- Cover art
- Developers: Vicarious Visions Engine Software
- Publisher: Vatical Entertainment
- Director: Bill Armintrout
- Designer: Mitch Booker
- Platform: PlayStation
- Release: NA: June 6, 2001;
- Genre: Racing
- Modes: Single-player, multiplayer

= Sea-Doo Hydrocross =

2001 video game

Sea-Doo Hydrocross is a driving game developed by Vicarious Visions and published by Vatical Entertainment. It was released on June 6, 2001 on the PlayStation after many delays, though the planned Nintendo 64, Dreamcast and Game Boy Color releases never came to fruition. Project lead was Bill Armintrout and game designer was Mitch Booker.

==Development==
At E3 2000, Vicarious Visions showed off two of their upcoming games: Polaris SnoCross and Sea-Doo Hydrocross. The former was said to be 80% complete at the time, with Sea-Doo HydroCross also nearing completion. Both were meant to be published by Vatical Entertainment later that year. The August 2000 issue of Nintendo Power (#135) said that both Cross games would see release in Fall 2000, which was later confirmed as that September. The September issue of Nintendo Power (#136) revealed that both games had been delayed, and said Sea-Doo Hydrocross would hit store shelves on November 21, a deadline that was missed as well. In February 2001 IGN had another interview with Vatical and confirmed that Sea-Doo Hydrocross was being tested by Nintendo, and had been delayed till Spring, a deadline that was also missed. This version was never released according to Micro64.

Micro64 explained:

Reasons as to why the game never got released are difficult to come up with. It definitely was not due to the game being unfinished. This game was complete enough to be reviewed by Nintendo Power, to be rated by the ESRB and have its own box art and UPC, and was in the process of being approved by Nintendo as of February 2001. The possibility of Nintendo not liking what they saw when approving it also seems incredibly unlikely. Although the Nintendo 64 version never saw the light of day, the PS1 version of Sea-Doo Hydrocross did get released in the Summer of 2001. This was at a time when the PS1 was old news and lots of Sony gamers had already moved onto the PS2. Strangely, this PS1 version was the last game published by Vatical as they seem to have disappeared shortly after ... To my knowledge, a Nintendo 64 prototype copy of Sea-Doo Hydrocross has not been found. That's a shame because if there's one out there, it's more than likely a 100% finished version.

==Gameplay==
The game has five unique jet ski models, eight courses, a detailed Simulation mode, a fast-and-furious arcade mode, and is based on the engine used in the video game Polaris SnoCross. It can be played with 1–2 players.

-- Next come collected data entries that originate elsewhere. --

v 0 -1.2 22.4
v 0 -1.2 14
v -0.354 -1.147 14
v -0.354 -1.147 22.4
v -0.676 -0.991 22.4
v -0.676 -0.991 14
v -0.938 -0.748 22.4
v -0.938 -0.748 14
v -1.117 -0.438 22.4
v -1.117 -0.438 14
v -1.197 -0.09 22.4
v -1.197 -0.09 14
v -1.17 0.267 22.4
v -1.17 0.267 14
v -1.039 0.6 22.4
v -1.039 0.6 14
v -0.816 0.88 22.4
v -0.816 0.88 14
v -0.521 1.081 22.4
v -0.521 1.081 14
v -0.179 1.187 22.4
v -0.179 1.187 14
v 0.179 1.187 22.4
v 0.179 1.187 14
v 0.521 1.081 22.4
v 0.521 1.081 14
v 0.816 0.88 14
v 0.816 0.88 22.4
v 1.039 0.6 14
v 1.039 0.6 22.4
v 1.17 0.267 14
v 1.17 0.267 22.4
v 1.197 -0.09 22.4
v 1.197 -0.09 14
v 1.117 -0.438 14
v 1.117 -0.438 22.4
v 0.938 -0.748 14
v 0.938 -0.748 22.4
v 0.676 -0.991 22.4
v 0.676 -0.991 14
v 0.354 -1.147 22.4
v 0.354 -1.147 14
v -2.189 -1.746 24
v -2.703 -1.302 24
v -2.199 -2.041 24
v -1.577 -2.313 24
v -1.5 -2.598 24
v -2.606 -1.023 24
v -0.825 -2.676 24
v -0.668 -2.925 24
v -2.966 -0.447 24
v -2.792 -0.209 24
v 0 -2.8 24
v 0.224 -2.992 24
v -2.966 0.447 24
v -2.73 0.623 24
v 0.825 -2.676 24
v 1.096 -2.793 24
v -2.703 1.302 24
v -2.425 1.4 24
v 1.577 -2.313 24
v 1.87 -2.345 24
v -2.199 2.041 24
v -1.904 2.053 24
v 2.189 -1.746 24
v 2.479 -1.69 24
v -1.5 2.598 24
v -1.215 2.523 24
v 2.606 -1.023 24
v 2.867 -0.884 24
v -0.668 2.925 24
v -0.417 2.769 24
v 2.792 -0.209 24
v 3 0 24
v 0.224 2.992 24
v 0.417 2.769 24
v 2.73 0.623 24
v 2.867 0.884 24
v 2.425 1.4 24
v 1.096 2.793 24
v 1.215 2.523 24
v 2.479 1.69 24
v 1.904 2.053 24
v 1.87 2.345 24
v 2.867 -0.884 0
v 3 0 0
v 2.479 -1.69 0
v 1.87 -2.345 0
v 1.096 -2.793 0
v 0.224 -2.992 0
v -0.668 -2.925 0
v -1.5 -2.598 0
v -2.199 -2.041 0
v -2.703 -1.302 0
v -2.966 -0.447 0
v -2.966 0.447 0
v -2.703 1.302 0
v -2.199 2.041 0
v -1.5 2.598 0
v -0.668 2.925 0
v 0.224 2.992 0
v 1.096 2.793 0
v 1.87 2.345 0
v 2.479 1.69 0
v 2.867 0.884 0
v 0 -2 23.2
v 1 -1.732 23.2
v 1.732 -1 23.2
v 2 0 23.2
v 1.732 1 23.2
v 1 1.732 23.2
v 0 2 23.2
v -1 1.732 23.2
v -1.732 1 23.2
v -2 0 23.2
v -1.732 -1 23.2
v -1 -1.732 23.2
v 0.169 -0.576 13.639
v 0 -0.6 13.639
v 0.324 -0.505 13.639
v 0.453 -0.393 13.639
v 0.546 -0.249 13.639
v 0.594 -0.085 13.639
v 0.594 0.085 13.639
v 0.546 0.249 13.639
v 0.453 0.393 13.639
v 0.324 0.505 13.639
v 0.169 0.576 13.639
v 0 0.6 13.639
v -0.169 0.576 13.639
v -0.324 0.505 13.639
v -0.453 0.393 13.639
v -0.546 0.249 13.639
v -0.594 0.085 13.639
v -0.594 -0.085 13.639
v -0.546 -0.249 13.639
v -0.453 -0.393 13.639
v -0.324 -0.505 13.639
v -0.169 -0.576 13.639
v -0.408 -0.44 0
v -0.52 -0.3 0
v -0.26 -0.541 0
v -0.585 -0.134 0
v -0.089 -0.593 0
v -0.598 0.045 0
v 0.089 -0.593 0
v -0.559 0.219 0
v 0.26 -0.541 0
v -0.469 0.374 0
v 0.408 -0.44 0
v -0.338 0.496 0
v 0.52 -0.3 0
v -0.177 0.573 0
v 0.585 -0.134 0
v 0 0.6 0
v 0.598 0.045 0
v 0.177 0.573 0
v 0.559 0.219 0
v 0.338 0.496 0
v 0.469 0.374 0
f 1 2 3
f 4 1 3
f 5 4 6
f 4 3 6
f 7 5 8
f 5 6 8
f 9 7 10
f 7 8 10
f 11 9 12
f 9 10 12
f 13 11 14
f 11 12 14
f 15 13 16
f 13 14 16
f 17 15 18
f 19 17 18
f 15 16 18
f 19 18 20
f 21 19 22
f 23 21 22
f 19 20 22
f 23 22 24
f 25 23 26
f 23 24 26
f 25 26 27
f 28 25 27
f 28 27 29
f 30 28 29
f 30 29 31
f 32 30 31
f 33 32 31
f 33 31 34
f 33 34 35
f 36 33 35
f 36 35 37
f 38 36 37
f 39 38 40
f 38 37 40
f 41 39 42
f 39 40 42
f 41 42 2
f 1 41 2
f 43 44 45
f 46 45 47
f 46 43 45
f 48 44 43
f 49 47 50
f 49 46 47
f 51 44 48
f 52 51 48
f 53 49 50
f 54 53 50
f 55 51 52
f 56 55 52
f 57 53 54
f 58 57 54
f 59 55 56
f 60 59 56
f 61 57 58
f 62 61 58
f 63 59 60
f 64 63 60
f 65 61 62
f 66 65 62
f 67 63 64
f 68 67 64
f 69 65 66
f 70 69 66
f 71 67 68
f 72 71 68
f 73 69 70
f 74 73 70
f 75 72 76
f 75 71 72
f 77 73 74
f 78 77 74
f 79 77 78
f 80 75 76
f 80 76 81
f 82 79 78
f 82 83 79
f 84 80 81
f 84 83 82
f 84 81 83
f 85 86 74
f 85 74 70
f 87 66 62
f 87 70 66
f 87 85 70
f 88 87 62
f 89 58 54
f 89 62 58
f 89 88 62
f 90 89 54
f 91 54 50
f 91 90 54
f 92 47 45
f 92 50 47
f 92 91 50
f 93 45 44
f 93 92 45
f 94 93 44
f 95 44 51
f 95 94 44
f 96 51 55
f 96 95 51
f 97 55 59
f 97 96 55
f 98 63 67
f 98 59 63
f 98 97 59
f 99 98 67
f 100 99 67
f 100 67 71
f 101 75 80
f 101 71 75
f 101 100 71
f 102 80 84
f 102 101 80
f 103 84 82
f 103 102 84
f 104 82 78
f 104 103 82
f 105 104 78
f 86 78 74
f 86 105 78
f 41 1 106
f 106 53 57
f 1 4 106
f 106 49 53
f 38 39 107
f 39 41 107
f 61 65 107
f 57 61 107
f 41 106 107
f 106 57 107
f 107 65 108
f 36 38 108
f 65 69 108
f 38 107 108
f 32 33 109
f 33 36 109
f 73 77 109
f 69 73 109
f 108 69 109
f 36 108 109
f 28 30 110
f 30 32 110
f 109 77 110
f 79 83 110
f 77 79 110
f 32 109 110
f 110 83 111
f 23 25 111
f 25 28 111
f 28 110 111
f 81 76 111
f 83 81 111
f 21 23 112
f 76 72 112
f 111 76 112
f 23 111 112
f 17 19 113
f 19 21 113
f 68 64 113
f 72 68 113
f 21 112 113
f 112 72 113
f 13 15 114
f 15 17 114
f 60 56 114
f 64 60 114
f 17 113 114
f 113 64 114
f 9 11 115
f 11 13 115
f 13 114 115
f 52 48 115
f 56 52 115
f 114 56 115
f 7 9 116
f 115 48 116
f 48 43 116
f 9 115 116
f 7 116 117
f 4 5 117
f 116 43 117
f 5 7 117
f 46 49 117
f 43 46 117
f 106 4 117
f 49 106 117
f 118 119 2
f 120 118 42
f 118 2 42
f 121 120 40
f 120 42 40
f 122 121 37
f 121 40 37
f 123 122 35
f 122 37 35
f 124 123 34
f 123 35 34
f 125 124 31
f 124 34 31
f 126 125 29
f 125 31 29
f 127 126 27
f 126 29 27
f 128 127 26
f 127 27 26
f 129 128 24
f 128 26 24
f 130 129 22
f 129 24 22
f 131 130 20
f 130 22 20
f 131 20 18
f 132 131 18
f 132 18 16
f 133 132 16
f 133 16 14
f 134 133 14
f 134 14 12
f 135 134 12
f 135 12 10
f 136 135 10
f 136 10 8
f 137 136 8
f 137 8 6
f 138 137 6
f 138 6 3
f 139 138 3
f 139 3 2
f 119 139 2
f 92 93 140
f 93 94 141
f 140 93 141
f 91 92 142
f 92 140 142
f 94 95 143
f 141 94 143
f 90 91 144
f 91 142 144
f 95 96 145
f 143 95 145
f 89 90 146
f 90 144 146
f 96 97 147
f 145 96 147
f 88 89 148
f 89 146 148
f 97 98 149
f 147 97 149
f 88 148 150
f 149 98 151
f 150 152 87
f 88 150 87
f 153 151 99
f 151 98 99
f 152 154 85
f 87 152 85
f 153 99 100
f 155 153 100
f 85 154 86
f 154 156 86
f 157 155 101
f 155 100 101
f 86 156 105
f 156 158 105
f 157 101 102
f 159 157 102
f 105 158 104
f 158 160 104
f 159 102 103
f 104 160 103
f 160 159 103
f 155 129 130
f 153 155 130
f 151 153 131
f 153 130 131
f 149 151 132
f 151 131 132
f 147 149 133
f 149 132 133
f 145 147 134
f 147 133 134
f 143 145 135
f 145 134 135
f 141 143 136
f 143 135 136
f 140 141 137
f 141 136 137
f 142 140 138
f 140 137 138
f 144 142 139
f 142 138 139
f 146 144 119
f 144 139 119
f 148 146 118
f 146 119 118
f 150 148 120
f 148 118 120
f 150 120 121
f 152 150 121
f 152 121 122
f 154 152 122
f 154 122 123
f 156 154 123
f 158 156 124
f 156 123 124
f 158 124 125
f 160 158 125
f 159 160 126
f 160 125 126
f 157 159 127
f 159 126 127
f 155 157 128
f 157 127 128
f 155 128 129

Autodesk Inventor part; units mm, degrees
ref_plane "YZ Plane" through (0, 0, 0) normal (1, 0, 0) x (0, 1, 0)
ref_plane "XZ Plane" through (0, 0, 0) normal (0, 1, 0) x (-1, 0, 0)
ref_plane "XY Plane" through (0, 0, 0) normal (0, 0, 1) x (1, 0, 0)
sketch "Skizze1" plane through (0, 0, 0) normal (0, 0, 1) x (1, 0, 0)
  circle A0 centre (0, 0) radius 3
  dimension "d0" = 6
extrude "Extrusion1" add sketch "Skizze1" along normal blind 24
sketch "Skizze2" plane through (0, 0, 0) normal (0, 0, -1) x (-1, 0, 0)
  point P0 (0, 0)
hole "Bohrung1" at (0, 0, 0) direction (0, 0, 1) diameter 1.2 end through all
sketch "Skizze3" plane through (0, 0, 24) normal (0, 0, 1) x (1, 0, 0)
  point P0 (0, 0)
hole "Bohrung2" at (0, 0, 24) direction (0, 0, -1) diameter 2.4 depth 10 tip angle 118
chamfer "Fase1" distance 1.6 angle 45 1 edges at (0, 1.2, 24)
properties part number "PTFE - Isolator" material "Polytetrafluoroethylen"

Although the skis look different, the only playable Sea-Doo PWC was the XP.

==Critical reception==
The PlayStation Museum gave the game a rating of 3.5 stars. A preview of the game by Nintendo Power in September 2000 noted that "the development team still has a lot of work to do if Sea-Doo is to compare favourably with Wave Race 64". Nintendo Power reviewed the game in its 139th issue, giving it an overall score of 5.6. It criticized the angular waves, lazily illustrated effects and glitchy backgrounds. It noted that "the handling is very tight", but that the game's "arcade aspirations are bogged down by tame courses and even tamer CPU rivals".